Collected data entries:
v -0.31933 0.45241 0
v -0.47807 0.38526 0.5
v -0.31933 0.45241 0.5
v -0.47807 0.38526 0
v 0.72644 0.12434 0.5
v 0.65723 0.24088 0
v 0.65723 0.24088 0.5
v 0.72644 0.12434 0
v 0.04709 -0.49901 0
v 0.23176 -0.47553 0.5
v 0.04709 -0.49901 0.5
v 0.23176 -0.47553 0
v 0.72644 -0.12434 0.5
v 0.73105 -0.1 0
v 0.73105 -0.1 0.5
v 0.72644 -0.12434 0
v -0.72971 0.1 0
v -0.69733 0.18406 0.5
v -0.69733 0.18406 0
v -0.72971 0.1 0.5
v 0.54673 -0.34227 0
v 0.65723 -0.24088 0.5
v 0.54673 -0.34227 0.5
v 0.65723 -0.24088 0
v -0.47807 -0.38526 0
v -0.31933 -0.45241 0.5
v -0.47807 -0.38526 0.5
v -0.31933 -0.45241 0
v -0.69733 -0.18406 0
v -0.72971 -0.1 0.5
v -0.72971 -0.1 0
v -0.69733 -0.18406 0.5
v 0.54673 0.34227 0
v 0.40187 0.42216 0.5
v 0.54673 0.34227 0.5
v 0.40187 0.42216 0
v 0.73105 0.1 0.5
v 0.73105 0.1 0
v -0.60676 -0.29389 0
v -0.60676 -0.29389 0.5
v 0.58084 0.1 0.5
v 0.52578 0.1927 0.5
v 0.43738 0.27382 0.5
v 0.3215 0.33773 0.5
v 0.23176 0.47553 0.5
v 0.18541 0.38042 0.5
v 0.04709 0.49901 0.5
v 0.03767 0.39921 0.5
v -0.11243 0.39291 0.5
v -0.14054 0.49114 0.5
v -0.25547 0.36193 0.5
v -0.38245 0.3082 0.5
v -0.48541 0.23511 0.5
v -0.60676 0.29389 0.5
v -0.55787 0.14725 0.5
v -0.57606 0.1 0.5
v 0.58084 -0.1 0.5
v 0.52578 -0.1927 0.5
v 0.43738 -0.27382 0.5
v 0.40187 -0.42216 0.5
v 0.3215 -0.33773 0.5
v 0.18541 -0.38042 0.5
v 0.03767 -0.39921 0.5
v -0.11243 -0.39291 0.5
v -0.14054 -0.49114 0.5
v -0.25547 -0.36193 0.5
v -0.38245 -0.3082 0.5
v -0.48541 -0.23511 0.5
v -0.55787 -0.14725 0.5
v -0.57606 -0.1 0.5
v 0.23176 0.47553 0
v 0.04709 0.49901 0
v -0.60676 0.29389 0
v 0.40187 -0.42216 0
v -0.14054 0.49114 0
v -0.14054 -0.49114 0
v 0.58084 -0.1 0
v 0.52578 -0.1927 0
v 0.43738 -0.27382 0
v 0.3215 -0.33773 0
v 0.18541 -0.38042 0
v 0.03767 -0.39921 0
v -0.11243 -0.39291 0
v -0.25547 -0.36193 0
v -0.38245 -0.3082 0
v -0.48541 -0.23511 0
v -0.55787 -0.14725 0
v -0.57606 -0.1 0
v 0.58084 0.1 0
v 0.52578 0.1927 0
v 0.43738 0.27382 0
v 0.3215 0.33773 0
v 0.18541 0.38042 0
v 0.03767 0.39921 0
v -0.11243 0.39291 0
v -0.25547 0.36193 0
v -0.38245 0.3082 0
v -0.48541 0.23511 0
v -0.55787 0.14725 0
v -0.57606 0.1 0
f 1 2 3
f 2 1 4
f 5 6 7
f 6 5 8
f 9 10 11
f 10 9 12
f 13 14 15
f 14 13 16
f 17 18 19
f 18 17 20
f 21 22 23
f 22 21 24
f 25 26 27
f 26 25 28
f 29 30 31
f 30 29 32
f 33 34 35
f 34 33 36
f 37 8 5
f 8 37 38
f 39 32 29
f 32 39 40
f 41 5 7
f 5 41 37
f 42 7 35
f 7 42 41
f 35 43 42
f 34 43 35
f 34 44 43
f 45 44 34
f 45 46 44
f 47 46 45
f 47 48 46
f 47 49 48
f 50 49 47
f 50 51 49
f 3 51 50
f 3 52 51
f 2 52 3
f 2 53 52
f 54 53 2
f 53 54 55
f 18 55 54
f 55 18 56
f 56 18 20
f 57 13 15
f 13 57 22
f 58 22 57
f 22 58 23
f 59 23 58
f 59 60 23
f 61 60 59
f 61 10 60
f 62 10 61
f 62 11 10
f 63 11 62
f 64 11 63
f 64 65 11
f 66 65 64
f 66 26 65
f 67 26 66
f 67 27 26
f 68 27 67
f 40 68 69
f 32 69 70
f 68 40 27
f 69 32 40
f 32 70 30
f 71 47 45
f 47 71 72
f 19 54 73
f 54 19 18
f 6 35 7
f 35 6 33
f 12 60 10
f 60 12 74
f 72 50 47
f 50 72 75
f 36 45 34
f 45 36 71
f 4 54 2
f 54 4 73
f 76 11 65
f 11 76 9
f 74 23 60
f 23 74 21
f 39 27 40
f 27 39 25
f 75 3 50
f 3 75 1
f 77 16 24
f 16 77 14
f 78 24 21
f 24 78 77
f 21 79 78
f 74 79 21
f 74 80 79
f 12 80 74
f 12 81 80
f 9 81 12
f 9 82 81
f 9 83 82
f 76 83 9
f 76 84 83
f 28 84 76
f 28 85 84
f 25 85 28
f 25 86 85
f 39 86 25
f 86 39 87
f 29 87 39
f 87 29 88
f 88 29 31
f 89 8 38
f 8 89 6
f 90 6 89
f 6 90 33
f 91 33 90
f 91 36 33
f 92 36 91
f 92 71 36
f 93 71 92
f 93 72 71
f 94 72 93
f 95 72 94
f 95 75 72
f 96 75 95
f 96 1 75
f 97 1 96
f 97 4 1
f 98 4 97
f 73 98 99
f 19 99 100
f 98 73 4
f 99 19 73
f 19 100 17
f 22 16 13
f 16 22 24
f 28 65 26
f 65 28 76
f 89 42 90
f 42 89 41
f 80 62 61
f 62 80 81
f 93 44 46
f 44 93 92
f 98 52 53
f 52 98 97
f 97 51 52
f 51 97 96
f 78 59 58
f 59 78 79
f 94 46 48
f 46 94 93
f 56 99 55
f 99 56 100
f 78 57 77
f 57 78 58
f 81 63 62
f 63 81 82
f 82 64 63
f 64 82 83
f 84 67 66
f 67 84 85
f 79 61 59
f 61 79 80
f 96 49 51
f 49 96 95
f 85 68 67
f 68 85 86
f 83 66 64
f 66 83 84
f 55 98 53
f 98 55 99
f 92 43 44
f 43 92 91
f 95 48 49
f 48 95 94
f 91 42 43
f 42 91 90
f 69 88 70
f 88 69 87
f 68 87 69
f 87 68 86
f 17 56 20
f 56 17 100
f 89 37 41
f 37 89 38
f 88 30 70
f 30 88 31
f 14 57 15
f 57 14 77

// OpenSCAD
// Generated by SolidPython 1.1.3 on 2024-10-24 15:45:58
$fn = 25;


difference() {
	scale(v = [1.5000000000, 1, 1]) {
		cylinder(h = 0.5000000000, r = 0.5000000000);
	}
	scale(v = [1.5000000000, 1, 1]) {
		cylinder(h = 0.6000000000, r = 0.4000000000);
	}
	scale(v = [2, 0.2000000000, 2]) {
		translate(v = [-0.5000000000, -0.5000000000, 0]) {
			cube();
		}
	}
}
/***********************************************
*********      SolidPython code:      **********
************************************************
 
# SolidPython example code 
# Brygg Ullmer, Clemson University
# Written 2021-10-27

from solid import *        # load in SolidPython/SCAD support code

#c1 = cylinder(r=.3, h=.6)
cy1  = cylinder(r=.5, h=.5)
cy1b = scale([1.5, 1, 1])(cy1)

cy2  = cylinder(r=.4, h=.6)
cy2b = scale([1.5, 1, 1])(cy2)

cu1  = cube()
cu1a = translate([-.5, -.5, 0])(cu1)
cu1b = scale([2, .2, 2])(cu1a)

outGeom = cy1b - cy2b - cu1b

radialSegments = 25; hdr = '$fn = %s;' % radialSegments # create a header for the export
scad_render_to_file(outGeom, 'exSolid03a.scad', file_header=hdr) # write the .scad file

### end ###

 
 
************************************************/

DIRECTIONS: The answer should consist solely of the lines from the first line above through the one with "v -0.11243 -0.39291 0.5", both included, repeated exactly.

EXERCISE ANSWER:
v -0.31933 0.45241 0
v -0.47807 0.38526 0.5
v -0.31933 0.45241 0.5
v -0.47807 0.38526 0
v 0.72644 0.12434 0.5
v 0.65723 0.24088 0
v 0.65723 0.24088 0.5
v 0.72644 0.12434 0
v 0.04709 -0.49901 0
v 0.23176 -0.47553 0.5
v 0.04709 -0.49901 0.5
v 0.23176 -0.47553 0
v 0.72644 -0.12434 0.5
v 0.73105 -0.1 0
v 0.73105 -0.1 0.5
v 0.72644 -0.12434 0
v -0.72971 0.1 0
v -0.69733 0.18406 0.5
v -0.69733 0.18406 0
v -0.72971 0.1 0.5
v 0.54673 -0.34227 0
v 0.65723 -0.24088 0.5
v 0.54673 -0.34227 0.5
v 0.65723 -0.24088 0
v -0.47807 -0.38526 0
v -0.31933 -0.45241 0.5
v -0.47807 -0.38526 0.5
v -0.31933 -0.45241 0
v -0.69733 -0.18406 0
v -0.72971 -0.1 0.5
v -0.72971 -0.1 0
v -0.69733 -0.18406 0.5
v 0.54673 0.34227 0
v 0.40187 0.42216 0.5
v 0.54673 0.34227 0.5
v 0.40187 0.42216 0
v 0.73105 0.1 0.5
v 0.73105 0.1 0
v -0.60676 -0.29389 0
v -0.60676 -0.29389 0.5
v 0.58084 0.1 0.5
v 0.52578 0.1927 0.5
v 0.43738 0.27382 0.5
v 0.3215 0.33773 0.5
v 0.23176 0.47553 0.5
v 0.18541 0.38042 0.5
v 0.04709 0.49901 0.5
v 0.03767 0.39921 0.5
v -0.11243 0.39291 0.5
v -0.14054 0.49114 0.5
v -0.25547 0.36193 0.5
v -0.38245 0.3082 0.5
v -0.48541 0.23511 0.5
v -0.60676 0.29389 0.5
v -0.55787 0.14725 0.5
v -0.57606 0.1 0.5
v 0.58084 -0.1 0.5
v 0.52578 -0.1927 0.5
v 0.43738 -0.27382 0.5
v 0.40187 -0.42216 0.5
v 0.3215 -0.33773 0.5
v 0.18541 -0.38042 0.5
v 0.03767 -0.39921 0.5
v -0.11243 -0.39291 0.5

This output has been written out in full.